Perhaps I’m just looking for an excuse to avoid commitment? Some who are cynical enough of me, but not cynical enough of fairytales may wonder. No. Not an excuse, just a caution and perspective on reality. If it were my pre-meditated intention or desire to love and leave, I like to think I might be at least credited with enough reasoning capacity to realise that the logical thing for me to do would be to say so directly. There are plenty of NSA candidates out there who don’t want to read all this crap, and there are plenty of starry-eyed dreamers out there who I wouldn’t want cramping my style if I were just out to get laid.

It usually seems to be women (especially those with photos!) that feel the need to do this but if you wouldn’t mind putting the keyword ‘treacle tarts’ at the start of your message just so I know that it’s not spam and that you’re more than likely sincere, that’d be appreciated.

Please also if you message me, be relaxed and easygoing as I too strive to be. I’ll respond to you when I can, and I’ll do so honestly and plainly without trying to be rude. If I’m not attracted or not sure (the most probable scenario before meeting) I’ll say so rather than lie, ignore or patronise you. Attraction’s not the only thing, or the most important thing, but it is necessary, and just because it may not be there doesn’t mean anyone needs to get upset or offended. I’m more than happy to continue a dialogue or even become friends in the absence of attraction on either side, or equally to discontinue at your discretion. I respect similar courtesies from others and I have little tolerance for drama, possessiveness, vanity or egotism – at least not outside of play. In play that’s all sexy as hell :-p

Whatever else you need to know, feel free to ask, or browse my kinks and maybe I’ll get some literature up in the forums in future. Thanks for reading, now message me and tell me all your sordid little secrets ;-)

I really wish Financial domination wasn't a thing. It's such a turn off and so insincere once money's involved, not to mention that 30% of female dominants can be reasonably presumed to be fake before you even get past the first paragraph.

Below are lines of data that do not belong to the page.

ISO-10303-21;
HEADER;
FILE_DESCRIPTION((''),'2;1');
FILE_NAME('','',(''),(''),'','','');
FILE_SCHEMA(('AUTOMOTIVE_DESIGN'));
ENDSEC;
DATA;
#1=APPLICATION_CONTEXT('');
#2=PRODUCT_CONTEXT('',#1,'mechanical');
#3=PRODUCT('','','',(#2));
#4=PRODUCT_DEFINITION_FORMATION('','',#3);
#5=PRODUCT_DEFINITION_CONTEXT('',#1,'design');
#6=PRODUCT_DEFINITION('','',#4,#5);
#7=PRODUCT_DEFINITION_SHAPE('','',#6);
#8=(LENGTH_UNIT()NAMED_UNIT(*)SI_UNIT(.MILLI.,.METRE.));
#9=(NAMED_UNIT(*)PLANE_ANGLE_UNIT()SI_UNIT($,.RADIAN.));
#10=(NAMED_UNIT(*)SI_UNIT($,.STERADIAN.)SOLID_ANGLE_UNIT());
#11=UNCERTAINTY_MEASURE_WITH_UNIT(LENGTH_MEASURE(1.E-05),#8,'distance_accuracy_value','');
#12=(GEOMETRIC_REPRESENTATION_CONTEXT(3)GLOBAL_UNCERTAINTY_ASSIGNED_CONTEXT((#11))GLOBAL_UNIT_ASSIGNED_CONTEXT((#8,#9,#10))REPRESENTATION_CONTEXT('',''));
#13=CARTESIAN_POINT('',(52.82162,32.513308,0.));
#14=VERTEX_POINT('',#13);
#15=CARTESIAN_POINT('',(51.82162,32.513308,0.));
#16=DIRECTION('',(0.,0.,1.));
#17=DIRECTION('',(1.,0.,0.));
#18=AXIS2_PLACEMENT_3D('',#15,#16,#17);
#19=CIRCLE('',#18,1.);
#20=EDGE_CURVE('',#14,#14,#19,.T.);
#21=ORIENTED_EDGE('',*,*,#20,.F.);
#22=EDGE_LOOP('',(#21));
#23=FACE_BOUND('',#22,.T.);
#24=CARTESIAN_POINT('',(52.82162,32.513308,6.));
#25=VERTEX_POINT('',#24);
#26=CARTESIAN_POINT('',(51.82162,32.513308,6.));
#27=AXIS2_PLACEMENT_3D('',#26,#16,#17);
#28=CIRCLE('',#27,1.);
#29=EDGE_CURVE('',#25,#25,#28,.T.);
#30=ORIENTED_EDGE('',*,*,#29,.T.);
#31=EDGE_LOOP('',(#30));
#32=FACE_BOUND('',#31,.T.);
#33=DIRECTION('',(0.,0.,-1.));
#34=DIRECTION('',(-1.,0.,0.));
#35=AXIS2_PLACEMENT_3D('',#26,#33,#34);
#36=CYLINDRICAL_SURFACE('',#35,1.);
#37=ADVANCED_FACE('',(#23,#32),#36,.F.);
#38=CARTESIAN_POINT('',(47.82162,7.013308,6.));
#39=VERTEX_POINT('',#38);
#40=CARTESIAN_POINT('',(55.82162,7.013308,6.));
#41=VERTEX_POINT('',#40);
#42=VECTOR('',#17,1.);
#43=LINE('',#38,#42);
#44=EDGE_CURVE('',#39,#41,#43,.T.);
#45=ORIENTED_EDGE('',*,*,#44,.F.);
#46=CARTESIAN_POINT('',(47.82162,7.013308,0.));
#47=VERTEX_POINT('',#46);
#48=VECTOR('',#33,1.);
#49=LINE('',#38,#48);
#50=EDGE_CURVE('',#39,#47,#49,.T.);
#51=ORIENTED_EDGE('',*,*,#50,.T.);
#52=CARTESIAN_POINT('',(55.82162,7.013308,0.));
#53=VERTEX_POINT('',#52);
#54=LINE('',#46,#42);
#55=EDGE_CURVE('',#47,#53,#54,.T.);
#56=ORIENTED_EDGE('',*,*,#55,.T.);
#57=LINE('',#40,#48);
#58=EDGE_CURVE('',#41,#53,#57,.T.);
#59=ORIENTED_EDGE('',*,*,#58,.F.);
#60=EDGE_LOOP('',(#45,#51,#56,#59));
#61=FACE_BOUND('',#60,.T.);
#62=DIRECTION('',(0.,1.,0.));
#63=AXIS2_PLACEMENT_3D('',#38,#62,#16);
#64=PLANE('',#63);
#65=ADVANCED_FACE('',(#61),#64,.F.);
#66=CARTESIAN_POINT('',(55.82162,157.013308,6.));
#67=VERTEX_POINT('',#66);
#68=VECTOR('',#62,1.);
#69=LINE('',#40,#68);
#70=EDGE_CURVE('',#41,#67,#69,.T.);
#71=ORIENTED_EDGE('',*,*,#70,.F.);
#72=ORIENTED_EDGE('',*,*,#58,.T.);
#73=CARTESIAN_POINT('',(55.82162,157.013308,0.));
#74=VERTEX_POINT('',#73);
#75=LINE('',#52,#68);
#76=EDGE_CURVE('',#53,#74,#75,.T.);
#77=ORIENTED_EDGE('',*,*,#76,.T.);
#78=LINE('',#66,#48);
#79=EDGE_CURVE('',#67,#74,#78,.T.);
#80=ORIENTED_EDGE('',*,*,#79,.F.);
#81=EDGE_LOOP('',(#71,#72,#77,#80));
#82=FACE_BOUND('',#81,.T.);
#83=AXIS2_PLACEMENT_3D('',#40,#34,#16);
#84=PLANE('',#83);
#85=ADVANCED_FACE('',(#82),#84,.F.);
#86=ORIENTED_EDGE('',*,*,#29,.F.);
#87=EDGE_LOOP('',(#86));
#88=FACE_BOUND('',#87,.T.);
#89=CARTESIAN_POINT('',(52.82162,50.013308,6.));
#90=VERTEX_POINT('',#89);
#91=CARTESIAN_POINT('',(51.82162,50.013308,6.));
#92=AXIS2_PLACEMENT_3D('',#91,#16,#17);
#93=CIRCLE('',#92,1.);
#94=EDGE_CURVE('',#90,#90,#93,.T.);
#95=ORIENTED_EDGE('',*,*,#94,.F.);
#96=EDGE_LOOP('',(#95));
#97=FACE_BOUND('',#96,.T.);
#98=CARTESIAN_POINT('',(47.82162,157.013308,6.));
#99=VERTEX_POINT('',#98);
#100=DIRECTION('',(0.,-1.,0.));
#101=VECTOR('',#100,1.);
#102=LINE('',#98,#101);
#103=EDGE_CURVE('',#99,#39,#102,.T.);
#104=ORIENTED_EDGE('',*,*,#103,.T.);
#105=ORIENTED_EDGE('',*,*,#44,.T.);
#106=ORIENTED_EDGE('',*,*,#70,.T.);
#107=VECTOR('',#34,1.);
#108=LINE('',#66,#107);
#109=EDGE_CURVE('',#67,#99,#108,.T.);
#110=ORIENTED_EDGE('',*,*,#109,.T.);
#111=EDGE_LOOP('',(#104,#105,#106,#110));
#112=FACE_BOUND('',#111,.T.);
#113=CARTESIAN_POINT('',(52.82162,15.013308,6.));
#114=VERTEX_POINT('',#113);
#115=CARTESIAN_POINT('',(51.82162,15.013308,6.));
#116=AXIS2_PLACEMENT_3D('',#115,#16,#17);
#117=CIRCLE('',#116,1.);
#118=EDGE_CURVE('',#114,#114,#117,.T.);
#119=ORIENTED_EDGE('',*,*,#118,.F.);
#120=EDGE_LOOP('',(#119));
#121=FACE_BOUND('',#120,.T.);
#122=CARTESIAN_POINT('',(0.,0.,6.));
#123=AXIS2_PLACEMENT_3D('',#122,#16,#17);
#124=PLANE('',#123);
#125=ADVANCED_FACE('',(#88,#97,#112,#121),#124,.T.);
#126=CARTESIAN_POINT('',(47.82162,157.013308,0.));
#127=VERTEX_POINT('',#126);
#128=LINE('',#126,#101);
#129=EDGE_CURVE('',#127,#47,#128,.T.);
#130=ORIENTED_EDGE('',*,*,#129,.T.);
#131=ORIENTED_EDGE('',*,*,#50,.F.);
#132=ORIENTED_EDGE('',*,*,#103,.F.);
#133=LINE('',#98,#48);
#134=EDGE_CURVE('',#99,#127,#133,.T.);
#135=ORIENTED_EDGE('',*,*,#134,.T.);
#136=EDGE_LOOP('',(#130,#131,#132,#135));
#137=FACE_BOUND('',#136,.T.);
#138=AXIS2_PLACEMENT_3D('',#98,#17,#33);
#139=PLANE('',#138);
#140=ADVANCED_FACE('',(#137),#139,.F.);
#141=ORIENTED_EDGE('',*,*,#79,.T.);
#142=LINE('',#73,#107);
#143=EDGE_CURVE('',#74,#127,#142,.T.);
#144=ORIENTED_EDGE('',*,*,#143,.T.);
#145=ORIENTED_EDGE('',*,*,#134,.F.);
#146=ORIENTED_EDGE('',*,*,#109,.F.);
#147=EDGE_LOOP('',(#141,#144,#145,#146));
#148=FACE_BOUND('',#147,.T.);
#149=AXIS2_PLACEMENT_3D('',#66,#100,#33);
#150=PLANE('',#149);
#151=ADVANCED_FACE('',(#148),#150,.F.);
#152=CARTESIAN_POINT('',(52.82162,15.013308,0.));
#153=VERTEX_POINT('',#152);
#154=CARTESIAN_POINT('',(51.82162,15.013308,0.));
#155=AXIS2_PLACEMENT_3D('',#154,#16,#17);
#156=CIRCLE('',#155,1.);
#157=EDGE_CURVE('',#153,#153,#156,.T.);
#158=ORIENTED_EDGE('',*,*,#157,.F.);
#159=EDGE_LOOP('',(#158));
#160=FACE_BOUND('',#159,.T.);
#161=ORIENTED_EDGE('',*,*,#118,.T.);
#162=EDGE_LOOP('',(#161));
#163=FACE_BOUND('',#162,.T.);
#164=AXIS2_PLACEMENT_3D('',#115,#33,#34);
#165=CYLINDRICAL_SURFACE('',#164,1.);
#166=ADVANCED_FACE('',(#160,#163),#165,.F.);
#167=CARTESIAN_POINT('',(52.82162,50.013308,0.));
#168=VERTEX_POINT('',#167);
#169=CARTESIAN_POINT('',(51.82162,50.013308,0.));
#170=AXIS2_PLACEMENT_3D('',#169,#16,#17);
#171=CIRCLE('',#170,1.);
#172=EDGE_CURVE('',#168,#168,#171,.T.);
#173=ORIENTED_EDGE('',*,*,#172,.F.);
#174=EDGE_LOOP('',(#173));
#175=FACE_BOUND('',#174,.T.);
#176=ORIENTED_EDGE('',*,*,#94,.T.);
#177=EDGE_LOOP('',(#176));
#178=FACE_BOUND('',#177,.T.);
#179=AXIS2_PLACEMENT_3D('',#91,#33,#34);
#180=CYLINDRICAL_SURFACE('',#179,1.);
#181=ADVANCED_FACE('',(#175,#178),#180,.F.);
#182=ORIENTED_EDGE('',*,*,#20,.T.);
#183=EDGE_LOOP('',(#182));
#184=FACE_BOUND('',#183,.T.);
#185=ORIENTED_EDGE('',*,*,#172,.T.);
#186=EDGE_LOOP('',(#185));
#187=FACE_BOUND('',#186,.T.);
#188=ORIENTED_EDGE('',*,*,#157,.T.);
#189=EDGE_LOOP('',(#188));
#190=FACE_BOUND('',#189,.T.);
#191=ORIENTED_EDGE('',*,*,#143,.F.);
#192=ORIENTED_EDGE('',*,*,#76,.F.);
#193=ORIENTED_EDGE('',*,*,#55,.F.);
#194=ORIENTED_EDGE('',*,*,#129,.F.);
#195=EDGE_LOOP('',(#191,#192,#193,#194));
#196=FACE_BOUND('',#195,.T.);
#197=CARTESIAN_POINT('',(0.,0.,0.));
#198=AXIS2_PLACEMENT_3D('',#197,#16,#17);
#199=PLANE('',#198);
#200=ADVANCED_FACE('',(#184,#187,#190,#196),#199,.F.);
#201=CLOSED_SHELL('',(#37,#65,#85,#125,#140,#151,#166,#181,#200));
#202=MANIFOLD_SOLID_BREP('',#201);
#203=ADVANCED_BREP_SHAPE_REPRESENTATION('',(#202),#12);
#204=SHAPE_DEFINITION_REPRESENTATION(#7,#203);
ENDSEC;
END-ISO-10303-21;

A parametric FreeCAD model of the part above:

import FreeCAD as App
import Part
import Sketcher


def add_polygon(sketch, points):
    """Adds a closed chain of lines whose ends are joined by coincident constraints."""
    first, n = sketch.GeometryCount, len(points)
    for a, b in zip(points, points[1:] + points[:1]):
        sketch.addGeometry(Part.LineSegment(App.Vector(*a, 0), App.Vector(*b, 0)), False)
    for i in range(n):
        sketch.addConstraint(Sketcher.Constraint("Coincident", first + i, 2, first + (i + 1) % n, 1))

doc = App.newDocument("Part")
body = doc.addObject("PartDesign::Body", "Body")

# Sketch on XY plane
sketch1 = body.newObject("Sketcher::SketchObject", "Sketch")
sketch1.AttachmentSupport = (doc.getObject("XY_Plane"), [""])
sketch1.MapMode = "FlatFace"
add_polygon(sketch1, [(47.8, 157), (47.8, 7), (55.8, 7), (55.8, 157)])  # lines 0-3
sketch1.addGeometry(Part.Circle(App.Vector(51.8, 15, 0), App.Vector(0, 0, 1), 1), False)  # 4
sketch1.addGeometry(Part.Circle(App.Vector(51.8, 32.5, 0), App.Vector(0, 0, 1), 1), False)  # 5
sketch1.addGeometry(Part.Circle(App.Vector(51.8, 50, 0), App.Vector(0, 0, 1), 1), False)  # 6
sketch1.addConstraint([
    Sketcher.Constraint("Vertical", 0),
    Sketcher.Constraint("Horizontal", 1),
    Sketcher.Constraint("Vertical", 2),
    Sketcher.Constraint("Horizontal", 3),
    Sketcher.Constraint("Equal", 4, 5),
    Sketcher.Constraint("Equal", 5, 6),
    Sketcher.Constraint("Vertical", 4, 3, 5, 3),
    Sketcher.Constraint("Vertical", 5, 3, 6, 3),
    Sketcher.Constraint("Diameter", 4, 2.0),
    Sketcher.Constraint("DistanceX", 1, 1, 1, 2, 8.0),
    Sketcher.Constraint("DistanceY", 0, 2, 0, 1, 150.0),
    Sketcher.Constraint("DistanceY", 4, 3, 6, 3, 35.0),
    Sketcher.Constraint("DistanceX", 0, 2, 4, 3, 4.0),
    Sketcher.Constraint("DistanceY", 0, 2, 4, 3, 8.0),
    Sketcher.Constraint("DistanceY", 4, 3, 5, 3, 17.5),
    Sketcher.Constraint("DistanceX", -1, 1, 4, 3, 51.82162),
    Sketcher.Constraint("DistanceY", -1, 1, 4, 3, 15.013308),
])
pad1 = body.newObject("PartDesign::Pad", "Pad")
pad1.Profile = sketch1
pad1.Length = 6

doc.recompute()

The ironic profiles tend to say it all really.

Are there even any female dominants out there who just crave that power for themselves; that servile mind to adore them, those diligent hands to pamper them, and eager tongue to pleasure them, whenever, wherever and for as long as they might choose?

Tell you what, I wouldn't mind that in my own submissive. I would not mind that at all.

Honestly, sometimes it's almost enough to make a wannabe-Switch turn wannabe-Dom. At least you know a sub's got no open-but-secretly-not-really-open motive to pay their rent or go on a shopping spree. No offence to anyone genuinely into Financial domination, but seriously, it's a plague!